There is absolutely nothing you can do with that camera that cannot be done much more simply and easily through the defined interfaces. You can’t reprogram the camera, and you can’t force it to do things that aren’t exposed in its USB descriptors. If you don’t like DirectShow or Media Foundation, you can use OpenCV. Well understood, well supported, and open source.

What are you actually hoping to do that you think needs special access?

Hi Tim, thank you for the answer.
Well, I dont count on that I will find a “super special hidden functionality” of that cam but I’m trying to audit its driver in a context of security.
After initial recon I noticed that it registers handlers for EvtIoDeviceControl and EvtIoInCallerContext which are fragments of code where the attacker can provide more less controllable by him data and in that way trigger some vulnerabilities on windows kernel level.
So its definitely not a silly thing ;).

The driver that does all the work is usbvideo.sys, a 20-year-old in-the-box driver with millions of hours of real-life use.

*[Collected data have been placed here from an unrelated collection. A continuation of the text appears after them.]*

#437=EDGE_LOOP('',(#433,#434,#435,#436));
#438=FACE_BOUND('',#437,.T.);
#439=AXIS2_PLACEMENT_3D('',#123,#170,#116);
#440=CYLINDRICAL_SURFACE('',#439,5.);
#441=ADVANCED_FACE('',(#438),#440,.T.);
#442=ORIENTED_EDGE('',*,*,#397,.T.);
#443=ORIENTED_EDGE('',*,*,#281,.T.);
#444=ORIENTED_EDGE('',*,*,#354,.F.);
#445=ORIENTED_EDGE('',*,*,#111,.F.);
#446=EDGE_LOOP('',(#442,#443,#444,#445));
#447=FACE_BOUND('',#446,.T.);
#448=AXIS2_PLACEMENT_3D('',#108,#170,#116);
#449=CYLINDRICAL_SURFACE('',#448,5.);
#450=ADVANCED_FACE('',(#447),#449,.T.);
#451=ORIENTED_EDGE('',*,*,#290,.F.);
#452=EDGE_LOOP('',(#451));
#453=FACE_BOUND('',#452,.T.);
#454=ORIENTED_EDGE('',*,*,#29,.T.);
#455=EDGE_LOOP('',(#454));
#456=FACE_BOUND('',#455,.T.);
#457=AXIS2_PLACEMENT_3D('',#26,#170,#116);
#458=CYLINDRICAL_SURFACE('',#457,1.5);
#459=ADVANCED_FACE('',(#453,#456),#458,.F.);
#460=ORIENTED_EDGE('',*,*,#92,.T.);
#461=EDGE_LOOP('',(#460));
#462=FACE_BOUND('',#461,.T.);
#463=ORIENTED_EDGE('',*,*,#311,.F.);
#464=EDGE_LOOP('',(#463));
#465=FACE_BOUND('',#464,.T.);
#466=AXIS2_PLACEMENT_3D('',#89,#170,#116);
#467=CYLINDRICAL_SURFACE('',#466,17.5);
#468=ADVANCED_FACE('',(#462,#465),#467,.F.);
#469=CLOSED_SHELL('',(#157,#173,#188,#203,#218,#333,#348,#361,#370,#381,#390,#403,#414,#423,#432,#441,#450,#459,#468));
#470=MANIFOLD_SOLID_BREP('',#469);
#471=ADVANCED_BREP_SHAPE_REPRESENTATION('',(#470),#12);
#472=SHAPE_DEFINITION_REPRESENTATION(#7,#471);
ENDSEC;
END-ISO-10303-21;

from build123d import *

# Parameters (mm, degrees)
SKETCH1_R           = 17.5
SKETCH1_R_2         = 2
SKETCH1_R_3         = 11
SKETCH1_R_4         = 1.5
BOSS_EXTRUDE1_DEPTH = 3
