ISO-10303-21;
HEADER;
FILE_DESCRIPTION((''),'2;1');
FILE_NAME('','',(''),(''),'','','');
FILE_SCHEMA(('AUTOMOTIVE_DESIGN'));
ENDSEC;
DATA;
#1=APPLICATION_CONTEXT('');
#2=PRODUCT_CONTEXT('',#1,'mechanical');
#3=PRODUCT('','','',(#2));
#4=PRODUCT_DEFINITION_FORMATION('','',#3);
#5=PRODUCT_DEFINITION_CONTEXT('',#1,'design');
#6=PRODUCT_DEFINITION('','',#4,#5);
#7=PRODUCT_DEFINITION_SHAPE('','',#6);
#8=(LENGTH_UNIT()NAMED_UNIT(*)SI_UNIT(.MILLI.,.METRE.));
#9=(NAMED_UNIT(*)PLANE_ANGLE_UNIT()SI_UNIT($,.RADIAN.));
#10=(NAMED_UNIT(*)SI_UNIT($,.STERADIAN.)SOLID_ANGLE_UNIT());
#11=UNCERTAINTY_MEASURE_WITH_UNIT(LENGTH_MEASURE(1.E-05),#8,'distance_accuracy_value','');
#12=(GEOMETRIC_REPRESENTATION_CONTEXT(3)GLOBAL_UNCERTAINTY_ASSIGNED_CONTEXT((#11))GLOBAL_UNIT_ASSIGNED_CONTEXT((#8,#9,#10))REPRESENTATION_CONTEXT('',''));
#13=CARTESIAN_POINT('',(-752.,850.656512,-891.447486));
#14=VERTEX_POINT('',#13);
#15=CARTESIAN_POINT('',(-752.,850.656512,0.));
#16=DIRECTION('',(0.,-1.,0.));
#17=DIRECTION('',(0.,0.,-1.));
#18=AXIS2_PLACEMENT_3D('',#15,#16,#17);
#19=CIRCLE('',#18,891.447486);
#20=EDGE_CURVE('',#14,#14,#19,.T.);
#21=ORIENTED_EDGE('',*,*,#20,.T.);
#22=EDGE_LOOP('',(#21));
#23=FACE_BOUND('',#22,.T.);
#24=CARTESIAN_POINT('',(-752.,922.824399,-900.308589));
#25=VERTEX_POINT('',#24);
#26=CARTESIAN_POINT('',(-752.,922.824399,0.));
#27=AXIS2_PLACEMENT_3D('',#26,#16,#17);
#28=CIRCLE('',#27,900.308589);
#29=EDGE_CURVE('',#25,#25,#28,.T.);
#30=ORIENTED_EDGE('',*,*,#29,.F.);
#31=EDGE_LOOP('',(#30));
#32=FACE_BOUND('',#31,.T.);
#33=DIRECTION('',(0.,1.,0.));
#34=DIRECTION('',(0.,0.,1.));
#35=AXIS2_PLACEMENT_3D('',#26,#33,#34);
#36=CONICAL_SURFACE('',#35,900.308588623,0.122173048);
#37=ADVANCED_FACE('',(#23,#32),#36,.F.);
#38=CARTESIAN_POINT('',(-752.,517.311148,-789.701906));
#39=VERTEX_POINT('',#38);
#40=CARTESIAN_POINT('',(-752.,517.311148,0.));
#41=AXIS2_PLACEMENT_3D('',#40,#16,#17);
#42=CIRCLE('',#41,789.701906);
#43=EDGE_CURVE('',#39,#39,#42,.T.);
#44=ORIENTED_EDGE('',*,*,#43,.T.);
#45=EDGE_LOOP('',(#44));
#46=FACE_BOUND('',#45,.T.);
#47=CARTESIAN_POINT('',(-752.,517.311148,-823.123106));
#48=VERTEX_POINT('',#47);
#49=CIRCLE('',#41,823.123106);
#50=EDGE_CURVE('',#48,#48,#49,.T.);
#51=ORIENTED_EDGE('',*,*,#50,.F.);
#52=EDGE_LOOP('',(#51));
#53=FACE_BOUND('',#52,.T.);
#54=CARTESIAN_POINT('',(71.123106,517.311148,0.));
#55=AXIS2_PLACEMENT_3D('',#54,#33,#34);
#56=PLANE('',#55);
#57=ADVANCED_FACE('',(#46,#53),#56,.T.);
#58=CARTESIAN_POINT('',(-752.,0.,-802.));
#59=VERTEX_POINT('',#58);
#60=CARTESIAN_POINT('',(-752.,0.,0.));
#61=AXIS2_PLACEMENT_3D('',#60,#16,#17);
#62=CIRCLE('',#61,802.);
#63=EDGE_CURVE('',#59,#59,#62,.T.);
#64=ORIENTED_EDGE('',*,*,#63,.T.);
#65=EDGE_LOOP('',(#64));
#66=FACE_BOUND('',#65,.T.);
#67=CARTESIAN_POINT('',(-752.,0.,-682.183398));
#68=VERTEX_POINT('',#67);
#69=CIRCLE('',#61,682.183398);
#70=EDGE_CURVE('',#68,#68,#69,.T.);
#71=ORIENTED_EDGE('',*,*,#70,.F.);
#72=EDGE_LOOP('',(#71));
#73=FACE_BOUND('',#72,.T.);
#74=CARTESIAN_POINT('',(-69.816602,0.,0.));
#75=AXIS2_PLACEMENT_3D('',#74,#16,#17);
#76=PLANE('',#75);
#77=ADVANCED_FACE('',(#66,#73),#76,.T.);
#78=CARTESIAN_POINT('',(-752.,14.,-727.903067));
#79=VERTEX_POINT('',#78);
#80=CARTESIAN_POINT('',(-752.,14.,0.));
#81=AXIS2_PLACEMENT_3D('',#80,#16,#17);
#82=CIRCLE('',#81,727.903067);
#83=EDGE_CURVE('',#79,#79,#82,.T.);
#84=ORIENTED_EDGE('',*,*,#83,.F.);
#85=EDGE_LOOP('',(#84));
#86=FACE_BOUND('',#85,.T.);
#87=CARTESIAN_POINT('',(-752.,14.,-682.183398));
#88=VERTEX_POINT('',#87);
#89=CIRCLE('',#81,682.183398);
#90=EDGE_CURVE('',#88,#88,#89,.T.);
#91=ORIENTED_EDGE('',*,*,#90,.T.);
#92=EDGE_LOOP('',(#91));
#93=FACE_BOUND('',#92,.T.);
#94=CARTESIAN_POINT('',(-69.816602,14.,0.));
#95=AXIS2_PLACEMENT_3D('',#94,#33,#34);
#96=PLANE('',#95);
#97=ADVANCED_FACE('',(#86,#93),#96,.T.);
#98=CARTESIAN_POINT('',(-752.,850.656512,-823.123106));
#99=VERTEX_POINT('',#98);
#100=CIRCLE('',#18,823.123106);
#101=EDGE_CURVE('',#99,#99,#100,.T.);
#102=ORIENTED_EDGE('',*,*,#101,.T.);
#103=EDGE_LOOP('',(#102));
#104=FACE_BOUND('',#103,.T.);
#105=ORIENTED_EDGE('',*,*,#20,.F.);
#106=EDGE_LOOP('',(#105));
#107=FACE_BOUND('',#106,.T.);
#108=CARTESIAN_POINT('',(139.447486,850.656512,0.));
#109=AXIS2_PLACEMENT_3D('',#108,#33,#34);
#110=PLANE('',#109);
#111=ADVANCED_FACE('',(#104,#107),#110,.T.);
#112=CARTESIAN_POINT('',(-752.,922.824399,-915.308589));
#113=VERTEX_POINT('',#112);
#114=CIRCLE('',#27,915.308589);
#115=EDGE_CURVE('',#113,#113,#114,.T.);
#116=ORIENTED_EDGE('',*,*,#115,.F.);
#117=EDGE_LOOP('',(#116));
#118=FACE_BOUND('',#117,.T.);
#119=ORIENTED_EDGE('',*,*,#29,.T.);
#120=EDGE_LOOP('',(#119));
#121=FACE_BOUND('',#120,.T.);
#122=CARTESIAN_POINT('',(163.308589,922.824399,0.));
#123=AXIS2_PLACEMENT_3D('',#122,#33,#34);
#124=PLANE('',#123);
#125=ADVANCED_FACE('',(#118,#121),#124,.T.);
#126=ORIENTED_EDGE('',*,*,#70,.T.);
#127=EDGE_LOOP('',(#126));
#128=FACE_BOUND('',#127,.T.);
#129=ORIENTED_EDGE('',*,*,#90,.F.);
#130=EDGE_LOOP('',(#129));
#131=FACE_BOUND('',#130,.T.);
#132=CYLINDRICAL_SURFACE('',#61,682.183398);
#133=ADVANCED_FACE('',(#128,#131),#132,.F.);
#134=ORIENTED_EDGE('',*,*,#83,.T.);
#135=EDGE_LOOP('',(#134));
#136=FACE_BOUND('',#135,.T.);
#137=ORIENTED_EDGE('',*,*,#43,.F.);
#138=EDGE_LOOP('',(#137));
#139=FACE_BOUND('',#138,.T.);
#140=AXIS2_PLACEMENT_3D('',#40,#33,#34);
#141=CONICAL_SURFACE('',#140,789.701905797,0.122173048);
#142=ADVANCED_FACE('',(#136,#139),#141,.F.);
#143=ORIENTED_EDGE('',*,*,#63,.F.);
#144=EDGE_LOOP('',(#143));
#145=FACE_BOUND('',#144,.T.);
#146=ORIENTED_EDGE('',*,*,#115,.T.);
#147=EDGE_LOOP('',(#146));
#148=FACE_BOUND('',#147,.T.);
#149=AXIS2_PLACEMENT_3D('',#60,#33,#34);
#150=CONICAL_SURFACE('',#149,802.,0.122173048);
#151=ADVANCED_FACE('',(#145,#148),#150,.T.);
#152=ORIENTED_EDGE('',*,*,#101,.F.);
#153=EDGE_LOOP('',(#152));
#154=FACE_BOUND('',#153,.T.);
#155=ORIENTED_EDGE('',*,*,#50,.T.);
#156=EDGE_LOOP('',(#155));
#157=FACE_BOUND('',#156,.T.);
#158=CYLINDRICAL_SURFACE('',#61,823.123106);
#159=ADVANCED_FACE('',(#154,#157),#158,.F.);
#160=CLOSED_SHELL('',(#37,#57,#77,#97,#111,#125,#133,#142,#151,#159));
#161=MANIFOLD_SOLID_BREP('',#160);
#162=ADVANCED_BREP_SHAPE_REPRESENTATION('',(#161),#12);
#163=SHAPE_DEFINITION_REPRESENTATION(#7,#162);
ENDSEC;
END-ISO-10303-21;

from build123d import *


with BuildPart() as part:
    # 草图1 → 旋转1 (revolve)
    with BuildSketch(Plane.XY):
        Polygon((-69.816601852, 0), (50, 0), (163.308588623, 922.824399012), (148.308588623, 922.824399012), (139.44748626, 850.656511633), (71.123106287, 850.656511633), (71.123106287, 517.311147979), (37.701905797, 517.311147979), (-24.096932505, 14), (-69.816601852, 14), align=None)
    revolve(axis=Axis((-752, 0, 0), (0, 1, 0)))


solid = part.part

I don’t know what the LifeCamTrueColor.sys filter driver brings to the party, but living where it is, it won’t see anything other than Kernel Streaming ioctls, and those ioctls will already have been processed and validated by the Ksthunk driver that sits on top of it. There’s very little opportunity for you to slip something untoward in there. I suppose you could try fuzzing some KS ioctls, but ksthunk does pretty thorough validation. It has to, because the KS ioctls are all METHOD_NEITHER that don’t get any help from the I/O system.